### What needs to be done
Look at the entries below and restate word for word the lines from the first through the one that has "v -9.932 8.518 5".

### Data for review
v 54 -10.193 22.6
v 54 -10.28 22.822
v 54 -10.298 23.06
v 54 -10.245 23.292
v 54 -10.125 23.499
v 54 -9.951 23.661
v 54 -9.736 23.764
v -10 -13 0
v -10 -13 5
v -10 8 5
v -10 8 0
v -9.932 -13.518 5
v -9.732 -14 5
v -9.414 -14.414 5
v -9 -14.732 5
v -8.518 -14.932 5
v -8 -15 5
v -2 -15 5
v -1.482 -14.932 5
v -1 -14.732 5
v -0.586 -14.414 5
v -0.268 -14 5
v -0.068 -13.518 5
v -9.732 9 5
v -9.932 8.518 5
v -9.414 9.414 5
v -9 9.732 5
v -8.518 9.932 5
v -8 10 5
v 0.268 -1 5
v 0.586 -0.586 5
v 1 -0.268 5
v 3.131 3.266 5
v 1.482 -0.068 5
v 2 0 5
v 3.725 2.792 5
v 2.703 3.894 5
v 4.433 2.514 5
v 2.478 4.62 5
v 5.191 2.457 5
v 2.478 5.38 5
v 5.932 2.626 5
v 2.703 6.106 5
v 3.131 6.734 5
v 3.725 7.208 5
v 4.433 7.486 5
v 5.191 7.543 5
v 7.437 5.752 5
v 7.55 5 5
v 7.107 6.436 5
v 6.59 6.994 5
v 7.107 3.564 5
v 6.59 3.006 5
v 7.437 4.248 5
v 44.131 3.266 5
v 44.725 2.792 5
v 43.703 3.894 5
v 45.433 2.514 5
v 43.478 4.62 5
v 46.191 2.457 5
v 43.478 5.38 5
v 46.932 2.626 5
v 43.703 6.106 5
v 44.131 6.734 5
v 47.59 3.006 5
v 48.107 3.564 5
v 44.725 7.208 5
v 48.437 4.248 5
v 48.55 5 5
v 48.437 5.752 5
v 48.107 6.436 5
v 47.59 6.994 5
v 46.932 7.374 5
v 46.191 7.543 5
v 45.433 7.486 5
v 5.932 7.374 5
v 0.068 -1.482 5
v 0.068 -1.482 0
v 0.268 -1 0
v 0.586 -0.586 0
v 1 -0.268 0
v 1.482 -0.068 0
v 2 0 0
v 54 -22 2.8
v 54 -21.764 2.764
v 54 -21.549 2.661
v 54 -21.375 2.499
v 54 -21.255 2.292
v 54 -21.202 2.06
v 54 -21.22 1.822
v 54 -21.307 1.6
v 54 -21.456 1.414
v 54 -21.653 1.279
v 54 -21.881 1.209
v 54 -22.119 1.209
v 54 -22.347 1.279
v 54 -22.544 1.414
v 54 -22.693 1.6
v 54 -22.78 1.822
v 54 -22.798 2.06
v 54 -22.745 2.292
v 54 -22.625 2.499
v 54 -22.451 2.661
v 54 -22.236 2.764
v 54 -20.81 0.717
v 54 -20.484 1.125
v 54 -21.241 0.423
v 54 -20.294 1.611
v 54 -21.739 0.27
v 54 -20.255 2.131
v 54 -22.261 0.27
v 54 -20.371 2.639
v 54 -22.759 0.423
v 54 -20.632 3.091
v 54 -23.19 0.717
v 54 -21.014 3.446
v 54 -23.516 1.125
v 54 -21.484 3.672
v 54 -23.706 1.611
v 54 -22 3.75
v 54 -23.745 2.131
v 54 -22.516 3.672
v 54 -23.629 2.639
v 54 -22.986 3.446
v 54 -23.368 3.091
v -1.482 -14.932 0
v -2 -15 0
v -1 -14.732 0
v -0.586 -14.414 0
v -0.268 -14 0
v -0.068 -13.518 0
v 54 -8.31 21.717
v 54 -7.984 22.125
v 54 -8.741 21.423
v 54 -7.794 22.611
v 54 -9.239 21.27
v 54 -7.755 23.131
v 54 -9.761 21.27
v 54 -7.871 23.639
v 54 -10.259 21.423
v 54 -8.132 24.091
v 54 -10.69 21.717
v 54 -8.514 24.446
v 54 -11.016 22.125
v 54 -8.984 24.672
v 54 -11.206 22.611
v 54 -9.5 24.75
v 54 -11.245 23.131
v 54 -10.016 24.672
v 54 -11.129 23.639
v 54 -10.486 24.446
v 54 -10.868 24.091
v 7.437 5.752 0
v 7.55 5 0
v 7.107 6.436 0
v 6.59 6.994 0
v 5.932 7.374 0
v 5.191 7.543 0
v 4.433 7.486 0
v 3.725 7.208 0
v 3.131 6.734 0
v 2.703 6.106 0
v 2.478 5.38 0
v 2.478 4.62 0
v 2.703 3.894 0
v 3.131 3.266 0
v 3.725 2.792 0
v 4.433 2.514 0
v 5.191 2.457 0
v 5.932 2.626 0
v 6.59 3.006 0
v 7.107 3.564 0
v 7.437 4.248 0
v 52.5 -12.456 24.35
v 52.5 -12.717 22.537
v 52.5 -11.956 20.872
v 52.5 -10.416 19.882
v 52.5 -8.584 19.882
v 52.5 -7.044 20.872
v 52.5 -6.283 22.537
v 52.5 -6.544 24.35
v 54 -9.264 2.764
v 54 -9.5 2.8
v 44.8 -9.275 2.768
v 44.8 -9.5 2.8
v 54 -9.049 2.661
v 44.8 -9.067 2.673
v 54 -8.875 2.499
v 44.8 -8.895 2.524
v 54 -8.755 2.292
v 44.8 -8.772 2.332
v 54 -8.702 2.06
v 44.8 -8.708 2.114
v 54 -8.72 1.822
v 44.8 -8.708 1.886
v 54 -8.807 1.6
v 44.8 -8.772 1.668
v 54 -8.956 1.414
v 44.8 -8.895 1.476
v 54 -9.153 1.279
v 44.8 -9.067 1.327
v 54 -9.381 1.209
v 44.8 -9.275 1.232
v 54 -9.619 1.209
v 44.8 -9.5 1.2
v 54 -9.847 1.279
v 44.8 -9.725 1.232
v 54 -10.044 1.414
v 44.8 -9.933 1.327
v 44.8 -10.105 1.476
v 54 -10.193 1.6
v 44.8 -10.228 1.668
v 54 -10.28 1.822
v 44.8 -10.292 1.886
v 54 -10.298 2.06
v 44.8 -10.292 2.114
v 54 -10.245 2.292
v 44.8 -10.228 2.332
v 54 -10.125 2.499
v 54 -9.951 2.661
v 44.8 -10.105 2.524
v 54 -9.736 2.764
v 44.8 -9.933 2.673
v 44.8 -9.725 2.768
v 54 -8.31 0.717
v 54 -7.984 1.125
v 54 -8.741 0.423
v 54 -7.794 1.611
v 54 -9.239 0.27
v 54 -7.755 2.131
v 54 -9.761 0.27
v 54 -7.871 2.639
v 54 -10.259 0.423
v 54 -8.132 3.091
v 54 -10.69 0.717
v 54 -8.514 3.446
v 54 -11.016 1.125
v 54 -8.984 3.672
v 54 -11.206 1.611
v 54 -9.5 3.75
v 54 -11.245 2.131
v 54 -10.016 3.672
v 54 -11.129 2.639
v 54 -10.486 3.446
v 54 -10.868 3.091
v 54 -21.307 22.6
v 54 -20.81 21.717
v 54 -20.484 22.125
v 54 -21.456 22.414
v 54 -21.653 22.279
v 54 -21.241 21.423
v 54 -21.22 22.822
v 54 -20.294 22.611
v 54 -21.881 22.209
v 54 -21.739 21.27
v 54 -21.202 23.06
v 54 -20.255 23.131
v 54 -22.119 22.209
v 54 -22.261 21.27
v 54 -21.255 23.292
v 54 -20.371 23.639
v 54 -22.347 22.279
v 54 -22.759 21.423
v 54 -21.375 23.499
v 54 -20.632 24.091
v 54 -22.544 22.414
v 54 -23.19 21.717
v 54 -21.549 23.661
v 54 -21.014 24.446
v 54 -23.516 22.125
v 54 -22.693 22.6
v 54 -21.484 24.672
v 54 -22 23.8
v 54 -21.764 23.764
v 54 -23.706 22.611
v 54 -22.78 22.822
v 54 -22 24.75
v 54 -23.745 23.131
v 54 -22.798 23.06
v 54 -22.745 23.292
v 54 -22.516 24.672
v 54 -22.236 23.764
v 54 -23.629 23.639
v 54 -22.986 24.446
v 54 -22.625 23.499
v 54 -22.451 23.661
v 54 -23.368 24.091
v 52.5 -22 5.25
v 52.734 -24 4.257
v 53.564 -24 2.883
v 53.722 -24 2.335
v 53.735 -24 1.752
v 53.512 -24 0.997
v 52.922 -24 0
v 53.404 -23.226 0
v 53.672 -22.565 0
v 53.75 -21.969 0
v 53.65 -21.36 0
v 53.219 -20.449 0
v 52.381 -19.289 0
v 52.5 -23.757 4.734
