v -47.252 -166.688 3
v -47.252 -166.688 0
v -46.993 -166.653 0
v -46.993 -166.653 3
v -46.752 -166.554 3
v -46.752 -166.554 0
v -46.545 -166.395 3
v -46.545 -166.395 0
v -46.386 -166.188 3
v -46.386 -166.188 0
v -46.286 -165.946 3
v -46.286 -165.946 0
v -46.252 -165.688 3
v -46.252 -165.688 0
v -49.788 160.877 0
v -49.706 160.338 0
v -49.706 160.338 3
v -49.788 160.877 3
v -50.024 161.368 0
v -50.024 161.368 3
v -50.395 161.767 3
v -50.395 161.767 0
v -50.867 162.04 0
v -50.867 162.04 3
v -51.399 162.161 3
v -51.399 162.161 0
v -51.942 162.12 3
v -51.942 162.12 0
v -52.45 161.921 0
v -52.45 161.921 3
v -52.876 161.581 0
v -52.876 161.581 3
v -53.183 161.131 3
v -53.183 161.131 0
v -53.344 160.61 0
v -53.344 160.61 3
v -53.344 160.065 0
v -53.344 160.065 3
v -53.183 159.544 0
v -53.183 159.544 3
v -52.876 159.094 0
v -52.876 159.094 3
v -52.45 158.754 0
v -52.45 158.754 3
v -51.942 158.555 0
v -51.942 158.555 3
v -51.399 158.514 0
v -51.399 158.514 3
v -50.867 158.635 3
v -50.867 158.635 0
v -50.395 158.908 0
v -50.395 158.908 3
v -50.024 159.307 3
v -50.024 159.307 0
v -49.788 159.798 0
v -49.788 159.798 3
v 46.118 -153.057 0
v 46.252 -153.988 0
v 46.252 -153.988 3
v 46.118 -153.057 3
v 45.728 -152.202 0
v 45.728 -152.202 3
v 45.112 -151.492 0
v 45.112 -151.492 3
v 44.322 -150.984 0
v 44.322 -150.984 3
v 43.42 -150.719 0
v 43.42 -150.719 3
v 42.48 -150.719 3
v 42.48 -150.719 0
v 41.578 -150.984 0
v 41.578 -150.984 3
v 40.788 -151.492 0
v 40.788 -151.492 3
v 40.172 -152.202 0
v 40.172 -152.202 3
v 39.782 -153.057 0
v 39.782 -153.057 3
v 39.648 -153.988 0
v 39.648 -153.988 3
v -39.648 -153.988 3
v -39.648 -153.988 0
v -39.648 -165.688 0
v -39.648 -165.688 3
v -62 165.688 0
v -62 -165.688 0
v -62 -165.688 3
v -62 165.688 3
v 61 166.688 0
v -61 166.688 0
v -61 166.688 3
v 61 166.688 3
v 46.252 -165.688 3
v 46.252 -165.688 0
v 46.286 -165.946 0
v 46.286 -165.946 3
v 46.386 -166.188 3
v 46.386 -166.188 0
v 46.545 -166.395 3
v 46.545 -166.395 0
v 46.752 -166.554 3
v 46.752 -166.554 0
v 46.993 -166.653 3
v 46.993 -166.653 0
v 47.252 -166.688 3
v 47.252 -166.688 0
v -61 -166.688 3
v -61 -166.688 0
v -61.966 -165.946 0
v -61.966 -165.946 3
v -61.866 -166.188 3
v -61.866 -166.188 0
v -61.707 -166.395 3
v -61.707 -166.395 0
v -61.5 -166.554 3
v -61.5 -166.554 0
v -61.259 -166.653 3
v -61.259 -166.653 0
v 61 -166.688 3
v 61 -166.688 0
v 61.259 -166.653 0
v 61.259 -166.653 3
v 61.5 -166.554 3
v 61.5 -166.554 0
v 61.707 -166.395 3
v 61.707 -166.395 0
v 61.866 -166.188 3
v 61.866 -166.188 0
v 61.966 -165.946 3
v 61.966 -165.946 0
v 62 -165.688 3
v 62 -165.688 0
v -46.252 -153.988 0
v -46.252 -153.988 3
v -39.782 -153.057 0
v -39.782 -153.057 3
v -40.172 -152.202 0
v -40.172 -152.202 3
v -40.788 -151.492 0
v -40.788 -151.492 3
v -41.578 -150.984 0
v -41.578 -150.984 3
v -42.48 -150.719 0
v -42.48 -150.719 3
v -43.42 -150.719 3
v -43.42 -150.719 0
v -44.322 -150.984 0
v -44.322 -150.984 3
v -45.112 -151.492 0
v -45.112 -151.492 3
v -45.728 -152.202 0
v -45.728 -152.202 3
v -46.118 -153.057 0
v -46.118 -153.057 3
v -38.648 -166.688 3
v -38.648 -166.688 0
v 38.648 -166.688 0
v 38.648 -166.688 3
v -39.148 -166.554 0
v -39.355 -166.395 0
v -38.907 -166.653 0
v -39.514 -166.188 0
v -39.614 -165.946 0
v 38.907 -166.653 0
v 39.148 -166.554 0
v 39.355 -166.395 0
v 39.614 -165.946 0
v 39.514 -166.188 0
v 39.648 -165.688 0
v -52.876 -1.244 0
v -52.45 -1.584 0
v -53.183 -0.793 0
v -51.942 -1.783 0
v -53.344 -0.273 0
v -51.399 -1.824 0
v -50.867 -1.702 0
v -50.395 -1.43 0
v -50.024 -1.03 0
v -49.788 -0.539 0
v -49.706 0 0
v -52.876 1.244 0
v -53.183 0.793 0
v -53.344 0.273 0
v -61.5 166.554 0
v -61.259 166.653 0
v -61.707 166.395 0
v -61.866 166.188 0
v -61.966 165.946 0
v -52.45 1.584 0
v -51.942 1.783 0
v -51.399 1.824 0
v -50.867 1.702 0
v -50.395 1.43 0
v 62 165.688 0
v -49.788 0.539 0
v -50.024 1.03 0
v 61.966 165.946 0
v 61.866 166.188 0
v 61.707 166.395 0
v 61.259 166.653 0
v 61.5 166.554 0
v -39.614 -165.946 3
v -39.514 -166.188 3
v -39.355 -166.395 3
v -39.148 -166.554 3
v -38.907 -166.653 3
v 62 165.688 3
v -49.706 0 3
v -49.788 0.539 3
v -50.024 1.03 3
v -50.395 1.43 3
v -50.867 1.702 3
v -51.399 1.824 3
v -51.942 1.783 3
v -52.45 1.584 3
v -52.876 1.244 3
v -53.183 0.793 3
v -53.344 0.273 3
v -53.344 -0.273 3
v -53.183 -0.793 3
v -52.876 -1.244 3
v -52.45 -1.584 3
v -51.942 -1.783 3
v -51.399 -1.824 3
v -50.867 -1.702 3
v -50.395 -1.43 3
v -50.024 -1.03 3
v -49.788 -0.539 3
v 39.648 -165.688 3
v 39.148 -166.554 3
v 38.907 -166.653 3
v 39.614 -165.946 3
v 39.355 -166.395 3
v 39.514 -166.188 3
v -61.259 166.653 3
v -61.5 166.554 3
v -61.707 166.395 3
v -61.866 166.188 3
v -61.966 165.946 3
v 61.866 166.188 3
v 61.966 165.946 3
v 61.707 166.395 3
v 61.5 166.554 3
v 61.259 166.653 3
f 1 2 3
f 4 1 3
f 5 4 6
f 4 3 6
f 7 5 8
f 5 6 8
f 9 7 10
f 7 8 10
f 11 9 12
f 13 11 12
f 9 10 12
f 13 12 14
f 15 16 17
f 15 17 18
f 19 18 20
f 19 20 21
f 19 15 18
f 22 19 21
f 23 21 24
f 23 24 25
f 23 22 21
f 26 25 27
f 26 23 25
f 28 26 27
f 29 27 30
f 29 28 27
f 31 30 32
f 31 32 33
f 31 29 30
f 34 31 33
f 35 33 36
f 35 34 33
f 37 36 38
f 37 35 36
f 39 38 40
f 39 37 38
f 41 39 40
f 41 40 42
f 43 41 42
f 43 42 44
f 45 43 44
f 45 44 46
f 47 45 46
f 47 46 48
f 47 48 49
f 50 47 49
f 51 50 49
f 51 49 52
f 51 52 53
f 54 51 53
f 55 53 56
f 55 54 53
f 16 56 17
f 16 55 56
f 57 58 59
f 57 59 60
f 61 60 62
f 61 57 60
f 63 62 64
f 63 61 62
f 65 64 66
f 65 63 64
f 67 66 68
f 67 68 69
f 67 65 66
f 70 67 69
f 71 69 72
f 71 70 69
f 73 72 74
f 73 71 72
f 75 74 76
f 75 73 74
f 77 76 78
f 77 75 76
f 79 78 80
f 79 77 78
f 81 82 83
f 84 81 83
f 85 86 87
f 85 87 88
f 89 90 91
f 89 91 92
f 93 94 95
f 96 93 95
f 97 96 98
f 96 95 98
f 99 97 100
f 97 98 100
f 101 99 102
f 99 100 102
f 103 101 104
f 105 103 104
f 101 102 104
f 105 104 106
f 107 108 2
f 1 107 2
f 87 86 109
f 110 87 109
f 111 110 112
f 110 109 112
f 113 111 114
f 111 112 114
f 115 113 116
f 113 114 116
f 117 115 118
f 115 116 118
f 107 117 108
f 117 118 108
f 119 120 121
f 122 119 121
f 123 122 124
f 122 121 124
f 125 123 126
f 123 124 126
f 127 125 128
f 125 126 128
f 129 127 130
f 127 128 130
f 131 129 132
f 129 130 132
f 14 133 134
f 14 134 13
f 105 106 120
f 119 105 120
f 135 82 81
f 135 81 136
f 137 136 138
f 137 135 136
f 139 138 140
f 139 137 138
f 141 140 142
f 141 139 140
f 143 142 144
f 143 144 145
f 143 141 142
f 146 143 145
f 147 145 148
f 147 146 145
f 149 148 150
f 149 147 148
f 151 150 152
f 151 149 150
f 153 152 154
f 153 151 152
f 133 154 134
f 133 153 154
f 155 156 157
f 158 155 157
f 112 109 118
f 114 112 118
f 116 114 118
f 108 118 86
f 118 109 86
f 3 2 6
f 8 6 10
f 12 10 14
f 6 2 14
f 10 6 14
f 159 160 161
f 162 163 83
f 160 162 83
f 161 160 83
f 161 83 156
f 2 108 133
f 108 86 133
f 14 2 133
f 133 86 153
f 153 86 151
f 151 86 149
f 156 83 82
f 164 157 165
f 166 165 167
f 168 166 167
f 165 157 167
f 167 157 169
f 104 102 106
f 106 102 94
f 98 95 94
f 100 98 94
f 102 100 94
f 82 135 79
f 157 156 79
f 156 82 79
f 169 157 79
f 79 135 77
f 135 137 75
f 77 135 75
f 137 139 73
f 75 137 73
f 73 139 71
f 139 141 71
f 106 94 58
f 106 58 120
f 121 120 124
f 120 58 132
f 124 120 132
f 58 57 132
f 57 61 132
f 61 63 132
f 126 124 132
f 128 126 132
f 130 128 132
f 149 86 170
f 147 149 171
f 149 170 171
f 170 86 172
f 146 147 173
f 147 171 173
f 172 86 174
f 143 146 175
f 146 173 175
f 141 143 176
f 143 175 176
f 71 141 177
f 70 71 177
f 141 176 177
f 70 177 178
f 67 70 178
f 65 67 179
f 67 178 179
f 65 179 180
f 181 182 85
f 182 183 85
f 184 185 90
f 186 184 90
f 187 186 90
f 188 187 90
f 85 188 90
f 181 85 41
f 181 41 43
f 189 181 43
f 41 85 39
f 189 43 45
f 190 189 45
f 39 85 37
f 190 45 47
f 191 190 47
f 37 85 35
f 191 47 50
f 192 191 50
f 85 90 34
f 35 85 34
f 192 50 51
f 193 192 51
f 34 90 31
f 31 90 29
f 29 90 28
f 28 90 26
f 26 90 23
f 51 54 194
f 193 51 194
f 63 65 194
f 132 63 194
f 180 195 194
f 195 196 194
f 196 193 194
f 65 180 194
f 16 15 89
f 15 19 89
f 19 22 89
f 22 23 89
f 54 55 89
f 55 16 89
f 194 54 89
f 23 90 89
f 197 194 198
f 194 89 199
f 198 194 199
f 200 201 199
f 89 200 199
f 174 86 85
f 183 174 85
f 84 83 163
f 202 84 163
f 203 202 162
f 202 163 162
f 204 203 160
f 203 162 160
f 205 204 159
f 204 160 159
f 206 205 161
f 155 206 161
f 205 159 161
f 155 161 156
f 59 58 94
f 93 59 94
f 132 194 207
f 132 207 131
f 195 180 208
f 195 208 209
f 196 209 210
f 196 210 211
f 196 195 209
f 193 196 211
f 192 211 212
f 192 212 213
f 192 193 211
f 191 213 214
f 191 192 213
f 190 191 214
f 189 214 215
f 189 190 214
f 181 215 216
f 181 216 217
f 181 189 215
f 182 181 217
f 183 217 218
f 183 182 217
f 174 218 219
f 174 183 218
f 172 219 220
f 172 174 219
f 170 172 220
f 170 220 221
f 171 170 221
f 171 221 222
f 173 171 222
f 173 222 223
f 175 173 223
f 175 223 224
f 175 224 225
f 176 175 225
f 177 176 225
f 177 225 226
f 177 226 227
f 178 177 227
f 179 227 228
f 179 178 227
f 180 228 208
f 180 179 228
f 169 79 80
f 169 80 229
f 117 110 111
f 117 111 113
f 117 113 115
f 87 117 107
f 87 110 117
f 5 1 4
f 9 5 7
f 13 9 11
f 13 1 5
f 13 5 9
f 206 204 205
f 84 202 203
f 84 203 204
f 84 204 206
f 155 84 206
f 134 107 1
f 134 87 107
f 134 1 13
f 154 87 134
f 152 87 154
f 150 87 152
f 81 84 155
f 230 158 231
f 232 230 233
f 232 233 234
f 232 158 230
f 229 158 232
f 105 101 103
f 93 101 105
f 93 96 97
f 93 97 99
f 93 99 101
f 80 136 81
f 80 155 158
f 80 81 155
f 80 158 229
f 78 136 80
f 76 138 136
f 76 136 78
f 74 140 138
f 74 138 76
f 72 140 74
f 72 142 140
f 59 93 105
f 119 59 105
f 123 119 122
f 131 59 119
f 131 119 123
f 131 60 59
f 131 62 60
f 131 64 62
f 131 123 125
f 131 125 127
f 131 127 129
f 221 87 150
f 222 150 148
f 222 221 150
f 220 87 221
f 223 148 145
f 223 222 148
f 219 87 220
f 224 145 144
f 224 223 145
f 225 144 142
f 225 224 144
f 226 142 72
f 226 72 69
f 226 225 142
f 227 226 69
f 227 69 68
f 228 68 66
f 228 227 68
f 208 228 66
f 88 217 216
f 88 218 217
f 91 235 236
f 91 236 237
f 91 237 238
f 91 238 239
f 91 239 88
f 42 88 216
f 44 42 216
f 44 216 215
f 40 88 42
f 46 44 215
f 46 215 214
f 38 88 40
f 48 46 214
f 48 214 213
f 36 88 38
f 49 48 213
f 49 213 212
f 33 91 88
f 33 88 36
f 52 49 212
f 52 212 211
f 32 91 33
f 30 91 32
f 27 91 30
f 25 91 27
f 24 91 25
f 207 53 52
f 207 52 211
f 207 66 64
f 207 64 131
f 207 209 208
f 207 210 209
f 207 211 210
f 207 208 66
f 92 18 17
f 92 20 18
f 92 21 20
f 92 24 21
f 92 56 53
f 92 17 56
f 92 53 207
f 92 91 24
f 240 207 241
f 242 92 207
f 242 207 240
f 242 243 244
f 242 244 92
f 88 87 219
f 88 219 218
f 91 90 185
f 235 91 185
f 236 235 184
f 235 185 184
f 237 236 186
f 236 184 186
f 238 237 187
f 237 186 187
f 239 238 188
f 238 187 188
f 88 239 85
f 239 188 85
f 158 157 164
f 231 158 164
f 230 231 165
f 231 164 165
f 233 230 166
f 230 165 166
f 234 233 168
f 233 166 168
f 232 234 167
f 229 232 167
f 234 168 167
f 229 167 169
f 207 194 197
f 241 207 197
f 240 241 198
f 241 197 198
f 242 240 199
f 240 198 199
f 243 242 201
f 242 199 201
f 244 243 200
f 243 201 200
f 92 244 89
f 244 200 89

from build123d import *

# Parameters (mm, degrees)
SKETCH_R  = 1.8288
PAD_DEPTH = 3


with BuildPart() as part:
    # Sketch → Pad (new body)
    with BuildSketch(Plane.XY):
        with BuildLine():
            ThreePointArc((-61, 166.6875), (-61.707107, 166.394607), (-62, 165.6875))
            Line((-62, -165.6875), (-62, 165.6875))
            ThreePointArc((-62, -165.6875), (-61.707107, -166.394607), (-61, -166.6875))
            Line((-61, -166.6875), (-47.252, -166.6875))
            ThreePointArc((-47.252, -166.6875), (-46.544893, -166.394607), (-46.252, -165.6875))
            Line((-46.252, -153.9875), (-46.252, -165.6875))
            ThreePointArc((-39.648, -153.9875), (-42.95, -150.6855), (-46.252, -153.9875))
            Line((-39.648, -153.9875), (-39.648, -165.6875))
            ThreePointArc((-39.648, -165.6875), (-39.355107, -166.394607), (-38.648, -166.6875))
            Line((-38.648, -166.6875), (38.648, -166.6875))
            ThreePointArc((38.648, -166.6875), (39.355107, -166.394607), (39.648, -165.6875))
            Line((39.648, -153.9875), (39.648, -165.6875))
            ThreePointArc((46.252, -153.9875), (42.95, -150.6855), (39.648, -153.9875))
            Line((46.252, -153.9875), (46.252, -165.6875))
            ThreePointArc((46.252, -165.6875), (46.544893, -166.394607), (47.252, -166.6875))
            Line((47.252, -166.6875), (61, -166.6875))
            ThreePointArc((61, -166.6875), (61.707107, -166.394607), (62, -165.6875))
            Line((62, 165.6875), (62, -165.6875))
            ThreePointArc((62, 165.6875), (61.707107, 166.394607), (61, 166.6875))
            Line((-61, 166.6875), (61, 166.6875))
        make_face()
        with Locations((-51.5352, 160.3375)):
            Circle(SKETCH_R, mode=Mode.SUBTRACT)
        with Locations((-51.5352, 0)):
            Circle(SKETCH_R, mode=Mode.SUBTRACT)
    extrude(amount=PAD_DEPTH)


solid = part.part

### Solution for this exercise
v 54 -10.193 22.6
v 54 -10.28 22.822
v 54 -10.298 23.06
v 54 -10.245 23.292
v 54 -10.125 23.499
v 54 -9.951 23.661
v 54 -9.736 23.764
v -10 -13 0
v -10 -13 5
v -10 8 5
v -10 8 0
v -9.932 -13.518 5
v -9.732 -14 5
v -9.414 -14.414 5
v -9 -14.732 5
v -8.518 -14.932 5
v -8 -15 5
v -2 -15 5
v -1.482 -14.932 5
v -1 -14.732 5
v -0.586 -14.414 5
v -0.268 -14 5
v -0.068 -13.518 5
v -9.732 9 5
v -9.932 8.518 5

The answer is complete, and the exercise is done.